2. The CRD model test device of claim 1, wherein: the model box (1) is a box body which is formed by gluing five pieces of toughened glass and is provided with an opening at the top, and the middle part of the left side of the model box (1) of the toughened glass is provided with a clamping groove matched with the glass plate (2).

3. The CRD model test apparatus according to claim 2, wherein: the glass plate (2) is fixedly connected with the two side ends of the clamping groove through bolts, and the glass plate (2) is of a detachable structure.

4. The CRD model test device of claim 1, wherein: the first excavation block (8), the second excavation block (9), the third excavation block (10) and the fourth excavation block (11) are all hollow metal cylindrical blocks.

5. The CRD model test device of claim 1, wherein: lubricating oil is coated on the contact end surfaces of the first excavation block (8), the second excavation block (9), the third excavation block (10) and the fourth excavation block (11) and the supporting circular tube (5).

6. The CRD model test device of claim 1, wherein: the screw rod (20) is rotatably connected with the bottom plate (15) through a bearing seat (31).

7. The CRD model test device of claim 1, wherein: the inner wall of the rotating circular tube (29) is provided with an internal thread matched with the threaded rod (12).

8. The CRD model test device of claim 1, wherein: and the upper end of the screw rod (20) is connected with a limiting block (32) for limiting the second rectangular pipe (17) to lift.

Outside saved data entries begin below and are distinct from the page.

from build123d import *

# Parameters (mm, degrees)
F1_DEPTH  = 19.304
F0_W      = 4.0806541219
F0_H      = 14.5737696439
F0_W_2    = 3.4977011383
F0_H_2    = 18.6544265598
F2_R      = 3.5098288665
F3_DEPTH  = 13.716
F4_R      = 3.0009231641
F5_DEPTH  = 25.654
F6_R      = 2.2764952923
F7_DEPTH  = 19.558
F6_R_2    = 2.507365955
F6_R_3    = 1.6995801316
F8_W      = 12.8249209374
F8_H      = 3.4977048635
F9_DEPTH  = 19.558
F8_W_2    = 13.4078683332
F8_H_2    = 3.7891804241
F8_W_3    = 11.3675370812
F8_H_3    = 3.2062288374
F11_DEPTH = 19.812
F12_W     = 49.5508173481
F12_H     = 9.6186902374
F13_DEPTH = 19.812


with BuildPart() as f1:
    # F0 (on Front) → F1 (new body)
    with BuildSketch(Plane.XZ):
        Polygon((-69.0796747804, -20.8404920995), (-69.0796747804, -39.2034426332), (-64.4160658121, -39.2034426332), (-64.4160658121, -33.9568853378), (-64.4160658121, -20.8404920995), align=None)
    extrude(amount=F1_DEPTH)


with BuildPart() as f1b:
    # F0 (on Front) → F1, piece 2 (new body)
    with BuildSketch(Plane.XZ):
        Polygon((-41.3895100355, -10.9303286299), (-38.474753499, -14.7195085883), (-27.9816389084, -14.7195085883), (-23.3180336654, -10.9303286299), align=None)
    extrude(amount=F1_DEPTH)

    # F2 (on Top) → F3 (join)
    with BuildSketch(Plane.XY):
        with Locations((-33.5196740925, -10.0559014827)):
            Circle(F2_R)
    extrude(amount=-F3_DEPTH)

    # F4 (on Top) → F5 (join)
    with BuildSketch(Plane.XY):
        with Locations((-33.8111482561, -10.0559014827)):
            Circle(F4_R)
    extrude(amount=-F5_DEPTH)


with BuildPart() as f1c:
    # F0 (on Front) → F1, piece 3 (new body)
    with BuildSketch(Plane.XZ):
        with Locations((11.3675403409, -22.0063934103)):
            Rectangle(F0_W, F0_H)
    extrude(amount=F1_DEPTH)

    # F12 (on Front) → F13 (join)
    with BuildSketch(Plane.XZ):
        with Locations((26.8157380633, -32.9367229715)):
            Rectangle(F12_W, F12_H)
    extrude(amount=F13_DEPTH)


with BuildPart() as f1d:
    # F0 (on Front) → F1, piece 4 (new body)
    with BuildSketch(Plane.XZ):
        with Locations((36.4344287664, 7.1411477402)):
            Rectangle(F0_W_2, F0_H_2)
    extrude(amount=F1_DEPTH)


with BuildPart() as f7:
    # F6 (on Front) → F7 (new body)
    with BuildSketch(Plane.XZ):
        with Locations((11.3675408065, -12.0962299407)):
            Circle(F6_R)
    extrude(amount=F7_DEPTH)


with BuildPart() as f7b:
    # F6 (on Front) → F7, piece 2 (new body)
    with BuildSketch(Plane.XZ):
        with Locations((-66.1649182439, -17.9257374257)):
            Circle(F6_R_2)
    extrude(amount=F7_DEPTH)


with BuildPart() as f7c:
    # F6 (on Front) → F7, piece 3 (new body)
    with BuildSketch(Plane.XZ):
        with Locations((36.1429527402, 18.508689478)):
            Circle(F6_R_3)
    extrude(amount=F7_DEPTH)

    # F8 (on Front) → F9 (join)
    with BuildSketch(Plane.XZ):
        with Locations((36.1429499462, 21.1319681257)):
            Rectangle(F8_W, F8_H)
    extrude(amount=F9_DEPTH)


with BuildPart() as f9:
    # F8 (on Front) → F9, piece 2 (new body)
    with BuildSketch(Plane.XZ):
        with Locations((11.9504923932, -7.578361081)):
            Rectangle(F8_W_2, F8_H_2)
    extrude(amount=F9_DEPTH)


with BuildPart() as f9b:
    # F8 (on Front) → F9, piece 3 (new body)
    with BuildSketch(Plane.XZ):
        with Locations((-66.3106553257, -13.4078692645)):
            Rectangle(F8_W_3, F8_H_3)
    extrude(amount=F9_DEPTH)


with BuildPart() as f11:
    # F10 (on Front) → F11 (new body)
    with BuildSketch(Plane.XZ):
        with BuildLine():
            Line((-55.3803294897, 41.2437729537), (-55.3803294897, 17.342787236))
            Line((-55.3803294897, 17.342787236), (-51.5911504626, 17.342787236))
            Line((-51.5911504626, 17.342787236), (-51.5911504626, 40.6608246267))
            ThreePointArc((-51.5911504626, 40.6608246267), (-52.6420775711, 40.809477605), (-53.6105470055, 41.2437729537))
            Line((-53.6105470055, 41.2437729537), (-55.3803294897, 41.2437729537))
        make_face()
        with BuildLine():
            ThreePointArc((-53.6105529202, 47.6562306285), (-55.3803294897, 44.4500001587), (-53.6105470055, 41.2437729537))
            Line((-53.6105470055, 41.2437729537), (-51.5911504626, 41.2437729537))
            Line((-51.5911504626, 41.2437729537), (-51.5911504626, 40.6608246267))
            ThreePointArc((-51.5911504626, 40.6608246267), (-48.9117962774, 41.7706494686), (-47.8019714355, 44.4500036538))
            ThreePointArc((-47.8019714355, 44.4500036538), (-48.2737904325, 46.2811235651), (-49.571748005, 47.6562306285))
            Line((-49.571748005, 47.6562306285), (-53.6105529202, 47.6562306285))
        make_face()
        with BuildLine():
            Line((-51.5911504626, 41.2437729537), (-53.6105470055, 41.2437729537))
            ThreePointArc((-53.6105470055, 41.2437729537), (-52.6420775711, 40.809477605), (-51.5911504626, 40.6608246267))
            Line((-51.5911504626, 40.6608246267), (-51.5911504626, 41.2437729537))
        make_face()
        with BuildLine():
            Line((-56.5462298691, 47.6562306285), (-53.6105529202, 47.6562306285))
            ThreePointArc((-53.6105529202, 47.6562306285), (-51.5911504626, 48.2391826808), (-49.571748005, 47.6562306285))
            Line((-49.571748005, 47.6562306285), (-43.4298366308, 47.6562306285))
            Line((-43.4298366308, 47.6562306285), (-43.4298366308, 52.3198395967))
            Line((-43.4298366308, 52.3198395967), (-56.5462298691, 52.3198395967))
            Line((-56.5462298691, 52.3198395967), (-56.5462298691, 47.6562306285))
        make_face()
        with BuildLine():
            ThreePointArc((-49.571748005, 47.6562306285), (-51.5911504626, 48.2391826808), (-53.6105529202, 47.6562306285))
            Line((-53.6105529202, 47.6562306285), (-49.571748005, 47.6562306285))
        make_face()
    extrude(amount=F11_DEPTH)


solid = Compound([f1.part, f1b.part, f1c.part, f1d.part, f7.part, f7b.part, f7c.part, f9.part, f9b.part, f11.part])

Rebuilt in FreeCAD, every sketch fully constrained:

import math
import FreeCAD as App
import Part
import Sketcher
from FreeCAD import Vector
Q = App.Units.Quantity


def add_polygon(sketch, points):
    """Adds a closed chain of lines whose ends are joined by coincident constraints."""
    first, n = sketch.GeometryCount, len(points)
    for a, b in zip(points, points[1:] + points[:1]):
        sketch.addGeometry(Part.LineSegment(App.Vector(*a, 0), App.Vector(*b, 0)), False)
    for i in range(n):
        sketch.addConstraint(Sketcher.Constraint("Coincident", first + i, 2, first + (i + 1) % n, 1))

doc = App.newDocument("Part")
body = doc.addObject("PartDesign::Body", "Body")

# Sketch on XZ plane
sketch1 = doc.addObject("Sketcher::SketchObject", "Sketch")
body.addObject(sketch1)
sketch1.AttachmentSupport = (doc.XZ_Plane, [""])
sketch1.MapMode = "FlatFace"
add_polygon(sketch1, [(-69.1, -20.8), (-69.1, -39.2), (-64.4, -39.2), (-64.4, -20.8)])  # lines 0-3
sketch1.addConstraint(Sketcher.Constraint("Vertical", 0))
sketch1.addConstraint(Sketcher.Constraint("Horizontal", 1))
sketch1.addConstraint(Sketcher.Constraint("Vertical", 2))
sketch1.addConstraint(Sketcher.Constraint("Horizontal", 3))
sketch1.addConstraint(Sketcher.Constraint("DistanceX", 1, 1, 1, 2, 4.663609))
sketch1.addConstraint(Sketcher.Constraint("DistanceY", 0, 2, 0, 1, 18.362951))
sketch1.addConstraint(Sketcher.Constraint("DistanceX", 0, 2, -1, 1, 69.079675))
sketch1.addConstraint(Sketcher.Constraint("DistanceY", 0, 2, -1, 1, 39.203443))
pad1 = doc.addObject("PartDesign::Pad", "Pad")
body.addObject(pad1)
pad1.Profile = sketch1
pad1.Length = Q("0.76 in")
body2 = doc.addObject("PartDesign::Body", "Body001")

# Sketch on XZ plane
sketch2 = doc.addObject("Sketcher::SketchObject", "Sketch001")
body2.addObject(sketch2)
sketch2.AttachmentSupport = (doc.getObject("XZ_Plane001"), [""])
sketch2.MapMode = "FlatFace"
add_polygon(sketch2, [(-41.4, -10.9), (-38.5, -14.7), (-28, -14.7), (-23.3, -10.9)])  # lines 0-3
sketch2.addConstraint(Sketcher.Constraint("Horizontal", 1))
sketch2.addConstraint(Sketcher.Constraint("Horizontal", 3))
sketch2.addConstraint(Sketcher.Constraint("Distance", 2, 6.008918))
sketch2.addConstraint(Sketcher.Constraint("DistanceX", 1, 1, 1, 2, 10.493115))
sketch2.addConstraint(Sketcher.Constraint("DistanceX", 3, 2, 3, 1, 18.071476))
sketch2.addConstraint(Sketcher.Constraint("DistanceY", 0, 2, -1, 1, 14.719509))
sketch2.addConstraint(Sketcher.Constraint("DistanceX", 1, 2, -1, 1, 27.981639))
sketch2.addConstraint(Sketcher.Constraint("DistanceY", 2, 2, -1, 1, 10.930329))
pad2 = doc.addObject("PartDesign::Pad", "Pad001")
body2.addObject(pad2)
pad2.Profile = sketch2
pad2.Length = Q("0.76 in")

# Sketch on XY plane
sketch3 = doc.addObject("Sketcher::SketchObject", "Sketch002")
body2.addObject(sketch3)
sketch3.AttachmentSupport = (doc.getObject("XY_Plane001"), [""])
sketch3.MapMode = "FlatFace"
sketch3.addGeometry(Part.Circle(Vector(-33.5, -10.1, 0), Vector(0, 0, 1), 3.5), False)
sketch3.addConstraint(Sketcher.Constraint("Diameter", 0, 7.019658))
sketch3.addConstraint(Sketcher.Constraint("DistanceY", 0, 3, -1, 1, 10.055901))
sketch3.addConstraint(Sketcher.Constraint("DistanceX", 0, 3, -1, 1, 33.519674))
pad3 = doc.addObject("PartDesign::Pad", "Pad002")
body2.addObject(pad3)
pad3.Profile = sketch3
pad3.Length = Q("0.54 in")
pad3.Reversed = True

# Sketch on XY plane
sketch4 = doc.addObject("Sketcher::SketchObject", "Sketch003")
body2.addObject(sketch4)
sketch4.AttachmentSupport = (doc.getObject("XY_Plane001"), [""])
sketch4.MapMode = "FlatFace"
sketch4.addGeometry(Part.Circle(Vector(-33.8, -10.1, 0), Vector(0, 0, 1), 3), False)
sketch4.addConstraint(Sketcher.Constraint("Diameter", 0, 6.001846))
sketch4.addConstraint(Sketcher.Constraint("DistanceY", 0, 3, -1, 1, 10.055901))
sketch4.addConstraint(Sketcher.Constraint("DistanceX", 0, 3, -1, 1, 33.811148))
pad4 = doc.addObject("PartDesign::Pad", "Pad003")
body2.addObject(pad4)
pad4.Profile = sketch4
pad4.Length = Q("1.01 in")
pad4.Reversed = True
body3 = doc.addObject("PartDesign::Body", "Body002")

# Sketch on XZ plane
sketch5 = doc.addObject("Sketcher::SketchObject", "Sketch004")
body3.addObject(sketch5)
sketch5.AttachmentSupport = (doc.getObject("XZ_Plane002"), [""])
sketch5.MapMode = "FlatFace"
add_polygon(sketch5, [(9.3, -14.7), (9.3, -29.3), (13.4, -29.3), (13.4, -14.7)])  # lines 0-3
sketch5.addConstraint(Sketcher.Constraint("Vertical", 0))
sketch5.addConstraint(Sketcher.Constraint("Horizontal", 1))
sketch5.addConstraint(Sketcher.Constraint("Vertical", 2))
sketch5.addConstraint(Sketcher.Constraint("Horizontal", 3))
sketch5.addConstraint(Sketcher.Constraint("DistanceY", 0, 2, 0, 1, 14.57377))
sketch5.addConstraint(Sketcher.Constraint("DistanceX", 1, 1, 1, 2, 4.080654))
sketch5.addConstraint(Sketcher.Constraint("DistanceY", 0, 2, -1, 1, 29.293278))
sketch5.addConstraint(Sketcher.Constraint("DistanceX", -1, 1, 0, 2, 9.327213))
pad5 = doc.addObject("PartDesign::Pad", "Pad004")
body3.addObject(pad5)
pad5.Profile = sketch5
pad5.Length = Q("0.76 in")

# Sketch on XZ plane
sketch6 = doc.addObject("Sketcher::SketchObject", "Sketch005")
body3.addObject(sketch6)
sketch6.AttachmentSupport = (doc.getObject("XZ_Plane002"), [""])
sketch6.MapMode = "FlatFace"
add_polygon(sketch6, [(2, -28), (2, -38), (52, -38), (52, -28)])  # lines 0-3
sketch6.addConstraint(Sketcher.Constraint("Vertical", 0))
sketch6.addConstraint(Sketcher.Constraint("Horizontal", 1))
sketch6.addConstraint(Sketcher.Constraint("Vertical", 2))
sketch6.addConstraint(Sketcher.Constraint("Horizontal", 3))
sketch6.addConstraint(Sketcher.Constraint("DistanceY", 0, 2, 0, 1, 9.61869))
sketch6.addConstraint(Sketcher.Constraint("DistanceX", 1, 1, 1, 2, 49.550817))
sketch6.addConstraint(Sketcher.Constraint("DistanceX", -1, 1, 0, 2, 2.040329))
sketch6.addConstraint(Sketcher.Constraint("DistanceY", 0, 2, -1, 1, 37.746068))
pad6 = doc.addObject("PartDesign::Pad", "Pad005")
body3.addObject(pad6)
pad6.Profile = sketch6
pad6.Length = Q("0.78 in")
body4 = doc.addObject("PartDesign::Body", "Body003")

9. The CRD model test device of claim 1, wherein: through-holes (33) have all been seted up for rotating pipe (29) both ends in casing (26) inner wall both sides, through-hole (33) embedded bearing (19) that are equipped with.

10. The CRD model test device of claim 1, wherein: the lower end of the motor (27) is connected with a supporting block (34) which is convenient to play a supporting role.